*TRY IT*. Transcribe all records verbatim.

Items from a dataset
++++++++

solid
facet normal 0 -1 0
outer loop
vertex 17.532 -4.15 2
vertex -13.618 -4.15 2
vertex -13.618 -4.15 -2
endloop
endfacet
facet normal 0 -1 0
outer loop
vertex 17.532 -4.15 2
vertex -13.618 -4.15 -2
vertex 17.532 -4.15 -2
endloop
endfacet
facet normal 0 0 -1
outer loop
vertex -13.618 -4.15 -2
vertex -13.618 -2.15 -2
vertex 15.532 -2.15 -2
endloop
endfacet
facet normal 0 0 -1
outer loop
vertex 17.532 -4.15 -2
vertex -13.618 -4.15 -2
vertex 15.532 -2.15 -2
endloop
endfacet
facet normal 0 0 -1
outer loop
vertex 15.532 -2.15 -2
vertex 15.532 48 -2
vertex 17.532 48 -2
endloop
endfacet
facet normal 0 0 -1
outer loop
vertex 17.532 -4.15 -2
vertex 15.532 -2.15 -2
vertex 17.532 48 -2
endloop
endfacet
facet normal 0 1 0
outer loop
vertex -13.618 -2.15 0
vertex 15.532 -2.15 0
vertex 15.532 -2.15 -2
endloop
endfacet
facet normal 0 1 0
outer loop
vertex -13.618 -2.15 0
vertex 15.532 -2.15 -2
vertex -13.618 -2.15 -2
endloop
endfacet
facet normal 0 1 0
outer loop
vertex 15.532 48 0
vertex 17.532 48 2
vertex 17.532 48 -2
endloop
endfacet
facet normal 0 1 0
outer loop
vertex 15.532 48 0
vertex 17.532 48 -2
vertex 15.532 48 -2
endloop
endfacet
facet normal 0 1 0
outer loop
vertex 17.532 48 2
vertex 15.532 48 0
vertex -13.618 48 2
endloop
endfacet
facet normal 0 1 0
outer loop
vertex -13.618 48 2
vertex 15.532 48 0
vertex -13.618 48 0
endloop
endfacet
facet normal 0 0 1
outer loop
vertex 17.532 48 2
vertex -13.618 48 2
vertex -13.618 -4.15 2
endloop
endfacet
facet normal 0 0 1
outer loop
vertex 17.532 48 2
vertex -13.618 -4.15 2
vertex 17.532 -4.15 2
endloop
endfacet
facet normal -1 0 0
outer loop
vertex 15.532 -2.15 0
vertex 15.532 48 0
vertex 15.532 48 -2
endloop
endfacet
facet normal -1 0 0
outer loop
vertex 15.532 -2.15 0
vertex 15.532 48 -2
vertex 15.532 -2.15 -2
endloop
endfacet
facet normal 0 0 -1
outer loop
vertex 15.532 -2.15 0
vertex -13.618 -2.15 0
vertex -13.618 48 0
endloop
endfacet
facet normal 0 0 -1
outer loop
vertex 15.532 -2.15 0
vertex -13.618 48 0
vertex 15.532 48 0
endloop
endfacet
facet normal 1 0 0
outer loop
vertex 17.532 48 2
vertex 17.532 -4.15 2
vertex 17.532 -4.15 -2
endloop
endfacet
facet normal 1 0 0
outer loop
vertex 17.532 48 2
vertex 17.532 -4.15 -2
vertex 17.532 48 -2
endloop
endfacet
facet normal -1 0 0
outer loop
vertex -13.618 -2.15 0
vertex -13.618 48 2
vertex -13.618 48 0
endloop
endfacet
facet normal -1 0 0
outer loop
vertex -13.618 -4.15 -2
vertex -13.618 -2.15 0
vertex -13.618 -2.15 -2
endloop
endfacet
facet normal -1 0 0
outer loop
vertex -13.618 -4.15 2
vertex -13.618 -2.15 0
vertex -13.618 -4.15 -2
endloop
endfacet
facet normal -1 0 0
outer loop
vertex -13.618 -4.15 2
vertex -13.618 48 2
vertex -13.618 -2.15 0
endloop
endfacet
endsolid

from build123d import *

# Parameters (mm, degrees)
SKETCH2_W           = 31.15
SKETCH2_H           = 52.15
BOSS_EXTRUDE1_DEPTH = 2
BOSS_EXTRUDE2_DEPTH = 2


with BuildPart() as part:
    # Sketch2 → Boss-Extrude1 (new body)
    with BuildSketch(Plane.XY):
        with Locations((1.956924198, 21.925)):
            Rectangle(SKETCH2_W, SKETCH2_H)
    extrude(amount=BOSS_EXTRUDE1_DEPTH)

    # Sketch2<4> → Boss-Extrude2 (add)
    with BuildSketch(Plane.XY):
        Polygon((17.531924198, 48), (15.531924198, 48), (15.531924198, -2.15), (-13.618075802, -2.15), (-13.618075802, -4.15), (17.531924198, -4.15), align=None)
    extrude(amount=-BOSS_EXTRUDE2_DEPTH)


solid = part.part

++++++++

*SOLUTION FOR THIS EXERCISE*.
solid
facet normal 0 -1 0
outer loop
vertex 17.532 -4.15 2
vertex -13.618 -4.15 2
vertex -13.618 -4.15 -2
endloop
endfacet
facet normal 0 -1 0
outer loop
vertex 17.532 -4.15 2
vertex -13.618 -4.15 -2
vertex 17.532 -4.15 -2
endloop
endfacet
facet normal 0 0 -1
outer loop
vertex -13.618 -4.15 -2
vertex -13.618 -2.15 -2
vertex 15.532 -2.15 -2
endloop
endfacet
facet normal 0 0 -1
outer loop
vertex 17.532 -4.15 -2
vertex -13.618 -4.15 -2
vertex 15.532 -2.15 -2
endloop
endfacet
facet normal 0 0 -1
outer loop
vertex 15.532 -2.15 -2
vertex 15.532 48 -2
vertex 17.532 48 -2
endloop
endfacet
facet normal 0 0 -1
outer loop
vertex 17.532 -4.15 -2
vertex 15.532 -2.15 -2
vertex 17.532 48 -2
endloop
endfacet
facet normal 0 1 0
outer loop
vertex -13.618 -2.15 0
vertex 15.532 -2.15 0
vertex 15.532 -2.15 -2
endloop
endfacet
facet normal 0 1 0
outer loop
vertex -13.618 -2.15 0
vertex 15.532 -2.15 -2
vertex -13.618 -2.15 -2
endloop
endfacet
facet normal 0 1 0
outer loop
vertex 15.532 48 0
vertex 17.532 48 2
vertex 17.532 48 -2
endloop
endfacet
facet normal 0 1 0
outer loop
vertex 15.532 48 0
vertex 17.532 48 -2
vertex 15.532 48 -2
endloop
endfacet
facet normal 0 1 0
outer loop
vertex 17.532 48 2
vertex 15.532 48 0
vertex -13.618 48 2
endloop
endfacet
facet normal 0 1 0
outer loop
vertex -13.618 48 2
vertex 15.532 48 0
vertex -13.618 48 0
endloop
endfacet
facet normal 0 0 1
outer loop
vertex 17.532 48 2
vertex -13.618 48 2
vertex -13.618 -4.15 2
endloop
endfacet
facet normal 0 0 1
outer loop
vertex 17.532 48 2
vertex -13.618 -4.15 2
vertex 17.532 -4.15 2
endloop
endfacet
facet normal -1 0 0
outer loop
vertex 15.532 -2.15 0
vertex 15.532 48 0
vertex 15.532 48 -2
endloop
endfacet
facet normal -1 0 0
outer loop
vertex 15.532 -2.15 0
vertex 15.532 48 -2
vertex 15.532 -2.15 -2
endloop
endfacet
facet normal 0 0 -1
outer loop
vertex 15.532 -2.15 0
vertex -13.618 -2.15 0
vertex -13.618 48 0
endloop
endfacet
facet normal 0 0 -1
outer loop
vertex 15.532 -2.15 0
vertex -13.618 48 0
vertex 15.532 48 0
endloop
endfacet
facet normal 1 0 0
outer loop
vertex 17.532 48 2
vertex 17.532 -4.15 2
vertex 17.532 -4.15 -2
endloop
endfacet
facet normal 1 0 0
outer loop
vertex 17.532 48 2
vertex 17.532 -4.15 -2
vertex 17.532 48 -2
endloop
endfacet
facet normal -1 0 0
outer loop
vertex -13.618 -2.15 0
vertex -13.618 48 2
vertex -13.618 48 0
endloop
endfacet
facet normal -1 0 0
outer loop
vertex -13.618 -4.15 -2
vertex -13.618 -2.15 0
vertex -13.618 -2.15 -2
endloop
endfacet
facet normal -1 0 0
outer loop
vertex -13.618 -4.15 2
vertex -13.618 -2.15 0
vertex -13.618 -4.15 -2
endloop
endfacet
facet normal -1 0 0
outer loop
vertex -13.618 -4.15 2
vertex -13.618 48 2
vertex -13.618 -2.15 0
endloop
endfacet
endsolid

from build123d import *

# Parameters (mm, degrees)
SKETCH2_W           = 31.15
SKETCH2_H           = 52.15
BOSS_EXTRUDE1_DEPTH = 2
BOSS_EXTRUDE2_DEPTH = 2


with BuildPart() as part:
    # Sketch2 → Boss-Extrude1 (new body)
    with BuildSketch(Plane.XY):
        with Locations((1.956924198, 21.925)):
            Rectangle(SKETCH2_W, SKETCH2_H)
    extrude(amount=BOSS_EXTRUDE1_DEPTH)

    # Sketch2<4> → Boss-Extrude2 (add)
    with BuildSketch(Plane.XY):
        Polygon((17.531924198, 48), (15.531924198, 48), (15.531924198, -2.15), (-13.618075802, -2.15), (-13.618075802, -4.15), (17.531924198, -4.15), align=None)
    extrude(amount=-BOSS_EXTRUDE2_DEPTH)


solid = part.part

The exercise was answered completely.